Yes it is. Standard Schwinn pattern. Enjoy your blue band! Mine is my absolute favorite riding stingray I’ve ever owned or ridden. Ever. Perfect for cruising and longer distance.


----------



## coasterbrakejunkie1969 (Jul 8, 2021)

RustyHornet said:


> Yes it is. Standard Schwinn pattern. Enjoy your blue band! Mine is my absolute favorite riding stingray I’ve ever owned or ridden. Ever. Perfect for cruising and longer distance.



A blue band Stingray was on my wish list. I'm going to build up the wheel and add it to one of mine. My '67 is all original so I may add it to my '68 that is not. Really  looking forward to it. I also came across a red band 28 hole that I may lace up as well on  a S-7.


----------



## RustyHornet (Jul 8, 2021)

coasterbrakejunkie1969 said:


> A blue band Stingray was on my wish list. I'm going to build up the wheel and add it to one of mine. My '67 is all original so I may add it to my '68 that is not. Really  looking forward to it. I also came across a red band 28 hole that I may lace up as well on  a S-7.



You’re gonna love it. I picked up a rusted out ‘65 with a blue band. Sooooo good! I’m interested to hear about that red band! I was just reading about those 28 hole red bands last night because I was looking for information on the manually shifted 2 speed bendix I bought with 28 holes. Gonna put that in my 1952 Spitfire pig bike.


----------



## coasterbrakejunkie1969 (Jul 8, 2021)

RustyHornet said:


> You’re gonna love it. I picked up a rusted out ‘65 with a blue band. Sooooo good! I’m interested to hear about that red band! I was just reading about those 28 hole red bands last night because I was looking for information on the manually shifted 2 speed bendix I bought with 28 holes. Gonna put that in my 1952 Spitfire pig bike.
> 
> View attachment 1443198
> 
> View attachment 1443199



I will be honest I have a yellow, a red and a couple manuals and the manual is my favorite. No double braking to get in correct gear. They are on 26 inch bikes. A manual on a stingray sounds awesome I will be looking for one of those. I love the save on that '65, killer rider.


----------



## RustyHornet (Jul 8, 2021)

coasterbrakejunkie1969 said:


> I will be honest I have a yellow, a red and a couple manuals and the manual is my favorite. No double braking to get in correct gear. They are on 26 inch bikes. A manual on a stingray sounds awesome I will be looking for one of those. I love the save on that '65, killer rider.

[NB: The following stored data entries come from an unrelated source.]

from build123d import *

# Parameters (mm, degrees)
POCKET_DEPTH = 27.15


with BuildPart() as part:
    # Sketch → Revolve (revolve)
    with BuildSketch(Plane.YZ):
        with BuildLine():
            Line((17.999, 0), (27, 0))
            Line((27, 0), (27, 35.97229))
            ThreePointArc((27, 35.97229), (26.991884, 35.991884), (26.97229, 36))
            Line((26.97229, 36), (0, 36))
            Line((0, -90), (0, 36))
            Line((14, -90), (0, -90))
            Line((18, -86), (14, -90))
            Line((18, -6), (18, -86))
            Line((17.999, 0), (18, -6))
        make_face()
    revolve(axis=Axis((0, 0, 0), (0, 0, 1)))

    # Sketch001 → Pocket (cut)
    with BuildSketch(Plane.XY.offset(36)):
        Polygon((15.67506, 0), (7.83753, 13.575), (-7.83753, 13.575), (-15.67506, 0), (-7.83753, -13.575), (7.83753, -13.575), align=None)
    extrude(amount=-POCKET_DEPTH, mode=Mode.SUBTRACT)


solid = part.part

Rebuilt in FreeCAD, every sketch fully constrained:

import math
import FreeCAD as App
import Part
import Sketcher
Q = App.Units.Quantity


def add_polygon(sketch, points):
    """Adds a closed chain of lines whose ends are joined by coincident constraints."""
    first, n = sketch.GeometryCount, len(points)
    for a, b in zip(points, points[1:] + points[:1]):
        sketch.addGeometry(Part.LineSegment(App.Vector(*a, 0), App.Vector(*b, 0)), False)
    for i in range(n):
        sketch.addConstraint(Sketcher.Constraint("Coincident", first + i, 2, first + (i + 1) % n, 1))

doc = App.newDocument("Part")
body = doc.addObject("PartDesign::Body", "Body")

sketch1 = body.newObject("Sketcher::SketchObject", "Sketch")
sketch1.AttachmentSupport = (doc.getObject("YZ_Plane"), [""])
sketch1.MapMode = "FlatFace"
sketch1.addGeometry(Part.LineSegment(App.Vector(17.999, 0, 0), App.Vector(27, 0, 0)), False)
sketch1.addGeometry(Part.LineSegment(App.Vector(27, 0, 0), App.Vector(27, 35.97229, 0)), False)
sketch1.addGeometry(Part.ArcOfCircle(Part.Circle(App.Vector(26.97229, 35.97229, 0), App.Vector(0, 0, 1), 0.02771), math.radians(-0.000502), math.radians(90.000502)), False)
sketch1.addGeometry(Part.LineSegment(App.Vector(26.97229, 36, 0), App.Vector(0, 36, 0)), False)
sketch1.addGeometry(Part.LineSegment(App.Vector(0, 36, 0), App.Vector(0, -90, 0)), False)
sketch1.addGeometry(Part.LineSegment(App.Vector(0, -90, 0), App.Vector(14, -90, 0)), False)
sketch1.addGeometry(Part.LineSegment(App.Vector(14, -90, 0), App.Vector(18, -86, 0)), False)
sketch1.addGeometry(Part.LineSegment(App.Vector(18, -86, 0), App.Vector(18, -6, 0)), False)
sketch1.addGeometry(Part.LineSegment(App.Vector(18, -6, 0), App.Vector(17.999, 0, 0)), False)
sketch1.addConstraint(Sketcher.Constraint("Coincident", 0, 2, 1, 1))
sketch1.addConstraint(Sketcher.Constraint("Coincident", 1, 2, 2, 1))
sketch1.addConstraint(Sketcher.Constraint("Coincident", 2, 2, 3, 1))
sketch1.addConstraint(Sketcher.Constraint("Coincident", 3, 2, 4, 1))
sketch1.addConstraint(Sketcher.Constraint("Coincident", 4, 2, 5, 1))
sketch1.addConstraint(Sketcher.Constraint("Coincident", 5, 2, 6, 1))
sketch1.addConstraint(Sketcher.Constraint("Coincident", 6, 2, 7, 1))
sketch1.addConstraint(Sketcher.Constraint("Coincident", 7, 2, 8, 1))
sketch1.addConstraint(Sketcher.Constraint("Coincident", 8, 2, 0, 1))
sketch1.addConstraint(Sketcher.Constraint("Horizontal", 0))
sketch1.addConstraint(Sketcher.Constraint("Vertical", 1))
sketch1.addConstraint(Sketcher.Constraint("Horizontal", 3))
sketch1.addConstraint(Sketcher.Constraint("Vertical", 4))
sketch1.addConstraint(Sketcher.Constraint("Horizontal", 5))
sketch1.addConstraint(Sketcher.Constraint("Vertical", 7))
sketch1.addConstraint(Sketcher.Constraint("PointOnObject", 0, 2, -1))
sketch1.addConstraint(Sketcher.Constraint("PointOnObject", 3, 2, -2))
sketch1.addConstraint(Sketcher.Constraint("Horizontal", 2, 3, 1, 2))
sketch1.addConstraint(Sketcher.Constraint("DistanceX", 5, 1, 5, 2, Q("14 mm")))
sketch1.addConstraint(Sketcher.Constraint("DistanceY", 4, 2, 4, 1, Q("126 mm")))
sketch1.addConstraint(Sketcher.Constraint("DistanceY", 7, 1, 7, 2, Q("80 mm")))
sketch1.addConstraint(Sketcher.Constraint("Angle", 6, Q("45 deg")))
sketch1.addConstraint(Sketcher.Constraint("Distance", 8, Q("6 mm")))
sketch1.addConstraint(Sketcher.Constraint("DistanceX", -1, 1, 0, 2, Q("27 mm")))
sketch1.addConstraint(Sketcher.Constraint("DistanceY", -1, 1, 2, 2, Q("36 mm")))
sketch1.addConstraint(Sketcher.Constraint("DistanceX", 0, 1, 0, 2, Q("9.001 mm")))
sketch1.addConstraint(Sketcher.Constraint("Radius", 2, Q("0.02771 mm")))
sketch1.addConstraint(Sketcher.Constraint("DistanceX", 3, 2, 3, 1, Q("26.97229 mm")))
revolution = body.newObject("PartDesign::Revolution", "Revolution")
revolution.Profile = sketch1
revolution.ReferenceAxis = (sketch1, ["V_Axis"])
revolution.Angle = 360

sketch2 = body.newObject("Sketcher::SketchObject", "Sketch001")
sketch2.AttachmentSupport = (doc.getObject("XY_Plane"), [""])
sketch2.MapMode = "FlatFace"
sketch2.AttachmentOffset = App.Placement(App.Vector(0, 0, 36), App.Rotation())
add_polygon(sketch2, [(15.67506, 0), (7.83753, 13.575), (-7.83753, 13.575), (-15.67506, 0), (-7.83753, -13.575), (7.83753, -13.575)])
sketch2.addConstraint(Sketcher.Constraint("Horizontal", 1))
sketch2.addConstraint(Sketcher.Constraint("Horizontal", 4))
sketch2.addConstraint(Sketcher.Constraint("Symmetric", 0, 2, 3, 2, -1, 1))
sketch2.addConstraint(Sketcher.Constraint("Symmetric", 2, 2, 5, 2, -1, 1))
sketch2.addConstraint(Sketcher.Constraint("PointOnObject", 2, 2, -1))
sketch2.addConstraint(Sketcher.Constraint("Parallel", 2, 5))
sketch2.addConstraint(Sketcher.Constraint("Vertical", 1, 2, 3, 2))
sketch2.addConstraint(Sketcher.Constraint("Angle", 0, Q("120 deg")))
sketch2.addConstraint(Sketcher.Constraint("DistanceY", 3, 2, 1, 2, Q("27.15 mm")))
sketch2.addConstraint(Sketcher.Constraint("DistanceX", 1, 2, 1, 1, Q("15.67506 mm")))
pocket1 = body.newObject("PartDesign::Pocket", "Pocket")
pocket1.Profile = sketch2
pocket1.Length = 27.15

doc.recompute()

I’m with you, the manuals are the best. I’ve got one that still needs to be thrown in a 26”, but I just happened upon this 28 hole on eBay last week and jumped on it, I’ve already got a spare shifter, cable and clamps. I’m assuming the spokes will be the same length as the blue band. We shall see. 

Thanks. I’ve never had a stingray that I really enjoyed riding, but this one.... I rode it on about a 8 mile ride last weekend. Was super nice!


----------



## RustyHornet (Jul 8, 2021)

coasterbrakejunkie1969 said:


> I will be honest I have a yellow, a red and a couple manuals and the manual is my favorite. No double braking to get in correct gear. They are on 26 inch bikes. A manual on a stingray sounds awesome I will be looking for one of those. I love the save on that '65, killer rider.

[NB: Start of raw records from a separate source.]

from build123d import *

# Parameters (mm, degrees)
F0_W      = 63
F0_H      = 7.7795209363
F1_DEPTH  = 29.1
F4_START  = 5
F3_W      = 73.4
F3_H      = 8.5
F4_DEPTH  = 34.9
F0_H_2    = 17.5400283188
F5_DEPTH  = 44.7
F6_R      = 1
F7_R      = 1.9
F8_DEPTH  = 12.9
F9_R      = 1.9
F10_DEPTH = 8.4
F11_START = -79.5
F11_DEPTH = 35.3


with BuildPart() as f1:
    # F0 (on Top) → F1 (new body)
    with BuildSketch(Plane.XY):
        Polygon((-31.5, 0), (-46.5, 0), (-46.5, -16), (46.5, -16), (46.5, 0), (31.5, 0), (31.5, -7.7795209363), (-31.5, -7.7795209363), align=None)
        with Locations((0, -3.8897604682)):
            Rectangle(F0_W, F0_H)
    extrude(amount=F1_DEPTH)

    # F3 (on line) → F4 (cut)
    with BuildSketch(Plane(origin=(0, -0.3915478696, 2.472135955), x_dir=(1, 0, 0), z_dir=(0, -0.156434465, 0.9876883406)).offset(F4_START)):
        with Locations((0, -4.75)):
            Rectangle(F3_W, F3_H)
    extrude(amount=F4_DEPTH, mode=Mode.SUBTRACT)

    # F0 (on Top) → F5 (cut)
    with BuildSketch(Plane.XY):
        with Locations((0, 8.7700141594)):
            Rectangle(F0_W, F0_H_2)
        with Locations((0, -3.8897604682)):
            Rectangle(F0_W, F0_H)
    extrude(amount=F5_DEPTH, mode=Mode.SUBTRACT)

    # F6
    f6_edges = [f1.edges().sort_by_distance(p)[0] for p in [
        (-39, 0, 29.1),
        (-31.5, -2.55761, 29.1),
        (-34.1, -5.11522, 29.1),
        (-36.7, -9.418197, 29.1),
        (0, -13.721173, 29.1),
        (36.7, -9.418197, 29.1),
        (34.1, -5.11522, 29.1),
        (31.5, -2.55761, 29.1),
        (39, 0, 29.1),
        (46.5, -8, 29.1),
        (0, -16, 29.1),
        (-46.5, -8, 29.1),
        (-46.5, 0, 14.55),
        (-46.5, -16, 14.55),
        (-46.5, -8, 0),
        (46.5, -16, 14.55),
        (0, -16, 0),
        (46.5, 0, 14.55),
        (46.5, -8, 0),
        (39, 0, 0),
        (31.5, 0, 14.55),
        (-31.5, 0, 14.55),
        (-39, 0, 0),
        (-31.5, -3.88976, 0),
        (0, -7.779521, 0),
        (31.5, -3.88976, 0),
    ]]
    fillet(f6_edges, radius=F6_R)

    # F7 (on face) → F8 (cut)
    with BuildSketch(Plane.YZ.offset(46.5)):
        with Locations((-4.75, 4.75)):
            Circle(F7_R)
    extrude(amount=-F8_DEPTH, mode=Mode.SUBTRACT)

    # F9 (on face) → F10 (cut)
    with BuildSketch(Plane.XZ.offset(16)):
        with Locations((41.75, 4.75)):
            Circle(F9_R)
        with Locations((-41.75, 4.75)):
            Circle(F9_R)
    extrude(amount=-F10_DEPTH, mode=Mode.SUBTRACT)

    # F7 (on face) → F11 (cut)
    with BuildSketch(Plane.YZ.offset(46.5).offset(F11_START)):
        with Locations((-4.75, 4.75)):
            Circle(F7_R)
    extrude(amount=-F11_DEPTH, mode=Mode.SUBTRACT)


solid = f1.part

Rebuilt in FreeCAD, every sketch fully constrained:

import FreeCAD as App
import Part
import Sketcher

V = App.Vector


def edges_at(feature, points):
    """Names of the edges that pass closest to the given points."""
    edges = feature.Shape.Edges
    near = lambda p: min(range(len(edges)), key=lambda i: edges[i].distToShape(Part.Vertex(*p))[0])
    return sorted({f"Edge{near(p) + 1}" for p in points})


def add_polygon(sketch, points):
    """Adds a closed chain of lines whose ends are joined by coincident constraints."""
    first, n = sketch.GeometryCount, len(points)
    for a, b in zip(points, points[1:] + points[:1]):
        sketch.addGeometry(Part.LineSegment(App.Vector(*a, 0), App.Vector(*b, 0)), False)
    for i in range(n):
        sketch.addConstraint(Sketcher.Constraint("Coincident", first + i, 2, first + (i + 1) % n, 1))

doc = App.newDocument("Part")
params = doc.addObject("Spreadsheet::Sheet", "Params")
for row, (alias, value) in enumerate([
    ("sketch1_width", "93 mm"),
    ("sketch1_height", "16 mm"),
    ("pad1_length", "29.1 mm"),
    ("sketch2_width", "73.4 mm"),
    ("sketch2_height", "8.5 mm"),
    ("pocket1_length", "34.9 mm"),
    ("sketch3_width", "63 mm"),
    ("pocket2_length", "44.7 mm"),
    ("fillet_radius", "1 mm"),
    ("sketch4_diameter", "3.8 mm"),
    ("pocket3_length", "12.9 mm"),
    ("sketch5_diameter", "3.8 mm"),
    ("pocket4_length", "8.4 mm"),
    ("sketch6_diameter", "3.8 mm"),
    ("pocket5_length", "35.3 mm"),
], start=1):
    params.set(f"A{row}", alias)
    params.set(f"B{row}", "=" + value)
    params.setAlias(f"B{row}", alias)

body = doc.addObject("PartDesign::Body", "Body")

sketch1 = body.newObject("Sketcher::SketchObject", "Sketch")
sketch1.AttachmentSupport = (doc.getObject("XY_Plane"), [""])
sketch1.MapMode = "FlatFace"
add_polygon(sketch1, [(-46.5, 0), (-46.5, -16), (46.5, -16), (46.5, 0)])
sketch1.addConstraint([
    Sketcher.Constraint("Vertical", 0),
    Sketcher.Constraint("Horizontal", 1),
    Sketcher.Constraint("Vertical", 2),
    Sketcher.Constraint("Horizontal", 3),
    Sketcher.Constraint("Symmetric", 2, 2, 3, 2, -1, 1),
    Sketcher.Constraint("DistanceX", 1, 1, 1, 2, 93.0),
    Sketcher.Constraint("DistanceY", 0, 2, 0, 1, 16.0),
])
sketch1.setExpression("Constraints[9]", "Params.sketch1_width")
sketch1.setExpression("Constraints[10]", "Params.sketch1_height")
pad1 = body.newObject("PartDesign::Pad", "Pad")
pad1.Profile = sketch1
pad1.setExpression("Length", "Params.pad1_length")

sketch2 = body.newObject("Sketcher::SketchObject", "Sketch001")
sketch2.Placement = App.Placement(V(0, -1.17372, 7.410578), App.Rotation(V(1, 0, 0), V(0, 0.987688341, 0.156434465), V(0, -0.156434465, 0.987688341), "ZXY"))
add_polygon(sketch2, [(-36.7, -0.5), (-36.7, -9), (36.7, -9), (36.7, -0.5)])
sketch2.addConstraint([
    Sketcher.Constraint("Vertical", 0),
    Sketcher.Constraint("Horizontal", 1),
    Sketcher.Constraint("Vertical", 2),
    Sketcher.Constraint("Horizontal", 3),
    Sketcher.Constraint("DistanceX", 1, 1, 1, 2, 73.4),
    Sketcher.Constraint("DistanceY", 0, 2, 0, 1, 8.5),
    Sketcher.Constraint("DistanceY", 0, 2, -1, 1, 9.0),
    Sketcher.Constraint("DistanceX", 0, 2, -1, 1, 36.7),
])
sketch2.setExpression("Constraints[8]", "Params.sketch2_width")
sketch2.setExpression("Constraints[9]", "Params.sketch2_height")
pocket1 = body.newObject("PartDesign::Pocket", "Pocket")
pocket1.Profile = sketch2
pocket1.setExpression("Length", "Params.pocket1_length")
pocket1.Reversed = True

sketch3 = body.newObject("Sketcher::SketchObject", "Sketch002")
sketch3.AttachmentSupport = (doc.getObject("XY_Plane"), [""])
sketch3.MapMode = "FlatFace"
add_polygon(sketch3, [(-31.5, 17.540028), (-31.5, -7.779521), (31.5, -7.779521), (31.5, 17.540028)])
sketch3.addConstraint([
    Sketcher.Constraint("Vertical", 0),
    Sketcher.Constraint("Horizontal", 1),
    Sketcher.Constraint("Vertical", 2),
    Sketcher.Constraint("Horizontal", 3),
    Sketcher.Constraint("DistanceX", 1, 1, 1, 2, 63.0),
    Sketcher.Constraint("DistanceX", 0, 2, -1, 1, 31.5),
    Sketcher.Constraint("DistanceY", 0, 2, 0, 1, 25.319549),
    Sketcher.Constraint("DistanceY", 0, 2, -1, 1, 7.779521),
])
sketch3.setExpression("Constraints[8]", "Params.sketch3_width")
pocket2 = body.newObject("PartDesign::Pocket", "Pocket001")
pocket2.Profile = sketch3
pocket2.setExpression("Length", "Params.pocket2_length")
pocket2.Reversed = True
doc.recompute()

fillet = body.newObject("PartDesign::Fillet", "Fillet")
fillet.Base = (pocket2, edges_at(pocket2, [
    (-39, 0, 29.1),
    (-31.5, -2.558, 29.1),
    (-34.1, -5.115, 29.1),
    (-36.7, -9.418, 29.1),
    (0, -13.721, 29.1),
    (36.7, -9.418, 29.1),
    (34.1, -5.115, 29.1),
    (31.5, -2.558, 29.1),
    (39, 0, 29.1),
    (46.5, -8, 29.1),
    (0, -16, 29.1),
    (-46.5, -8, 29.1),
    (-46.5, 0, 14.55),
    (-46.5, -16, 14.55),
    (-46.5, -8, 0),
    (46.5, -16, 14.55),
    (0, -16, 0),
    (46.5, 0, 14.55),
    (46.5, -8, 0),
    (39, 0, 0),
    (31.5, 0, 14.55),
    (-31.5, 0, 14.55),
    (-39, 0, 0),
    (-31.5, -3.89, 0),
    (0, -7.78, 0),
    (31.5, -3.89, 0),
]))
fillet.setExpression("Radius", "Params.fillet_radius")

sketch4 = body.newObject("Sketcher::SketchObject", "Sketch003")
sketch4.AttachmentSupport = (doc.getObject("YZ_Plane"), [""])
sketch4.MapMode = "FlatFace"
sketch4.AttachmentOffset = App.Placement(V(0, 0, 46.5), App.Rotation())
sketch4.addGeometry(Part.Circle(V(-4.75, 4.75, 0), V(0, 0, 1), 1.9), False)
sketch4.addConstraint([
    Sketcher.Constraint("Diameter", 0, 3.8),
    Sketcher.Constraint("DistanceX", 0, 3, -1, 1, 4.75),
    Sketcher.Constraint("DistanceY", -1, 1, 0, 3, 4.75),
])
sketch4.setExpression("Constraints[0]", "Params.sketch4_diameter")
pocket3 = body.newObject("PartDesign::Pocket", "Pocket002")
pocket3.Profile = sketch4
pocket3.setExpression("Length", "Params.pocket3_length")

sketch5 = body.newObject("Sketcher::SketchObject", "Sketch004")
sketch5.AttachmentSupport = (doc.getObject("XZ_Plane"), [""])
sketch5.MapMode = "FlatFace"
sketch5.AttachmentOffset = App.Placement(V(0, 0, 16), App.Rotation())
sketch5.addGeometry([
    Part.Circle(V(41.75, 4.75, 0), V(0, 0, 1), 1.9),
    Part.Circle(V(-41.75, 4.75, 0), V(0, 0, 1), 1.9),
], False)
sketch5.addConstraint([
    Sketcher.Constraint("Equal", 0, 1),
    Sketcher.Constraint("Symmetric", 0, 3, 1, 3, -2),
    Sketcher.Constraint("Diameter", 0, 3.8),
    Sketcher.Constraint("DistanceX", 1, 3, 0, 3, 83.5),
    Sketcher.Constraint("DistanceY", -1, 1, 0, 3, 4.75),
])
sketch5.setExpression("Constraints[2]", "Params.sketch5_diameter")
pocket4 = body.newObject("PartDesign::Pocket", "Pocket003")
pocket4.Profile = sketch5
pocket4.setExpression("Length", "Params.pocket4_length")

sketch6 = body.newObject("Sketcher::SketchObject", "Sketch005")
sketch6.AttachmentSupport = (doc.getObject("YZ_Plane"), [""])
sketch6.MapMode = "FlatFace"
sketch6.AttachmentOffset = App.Placement(V(0, 0, -33), App.Rotation())
sketch6.addGeometry(Part.Circle(V(-4.75, 4.75, 0), V(0, 0, 1), 1.9), False)
sketch6.addConstraint([
    Sketcher.Constraint("Diameter", 0, 3.8),
    Sketcher.Constraint("DistanceX", 0, 3, -1, 1, 4.75),
    Sketcher.Constraint("DistanceY", -1, 1, 0, 3, 4.75),
])
sketch6.setExpression("Constraints[0]", "Params.sketch6_diameter")
pocket5 = body.newObject("PartDesign::Pocket", "Pocket004")
pocket5.Profile = sketch6
pocket5.setExpression("Length", "Params.pocket5_length")

doc.recompute()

I do use the front brake on my ‘65 so I don’t have to double brake and shift lol.


----------



## coasterbrakejunkie1969 (Jul 8, 2021)

RustyHornet said:


> I’m with you, the manuals are the best. I’ve got one that still needs to be thrown in a 26”, but I just happened upon this 28 hole on eBay last week and jumped on it, I’ve already got a spare shifter, cable and clamps. I’m assuming the spokes will be the same length as the blue band. We shall see.
> 
> Thanks. I’ve never had a stingray that I really enjoyed riding, but this one.... I rode it on about a 8 mile ride last weekend. Was super nice!



Did you use a 6 7/8 spoke at 3 cross?


----------



## RustyHornet (Jul 8, 2021)

coasterbrakejunkie1969 said:


> Did you use a 6 7/8 spoke at 3 cross?



I do believe I did. At the time I was lacing a handful of 20” wheels and this was the only one that took a special length spoke. If 3 cross is what Schwinn did on everything, that’s what I did. I’ve never called it anything, just count holes as I’m lacing lol.


----------



## RustyHornet (Jul 8, 2021)

Ok I measured.. 6-7/8 is what mine are and if I understand correctly, it’s a cross 2 pattern.


----------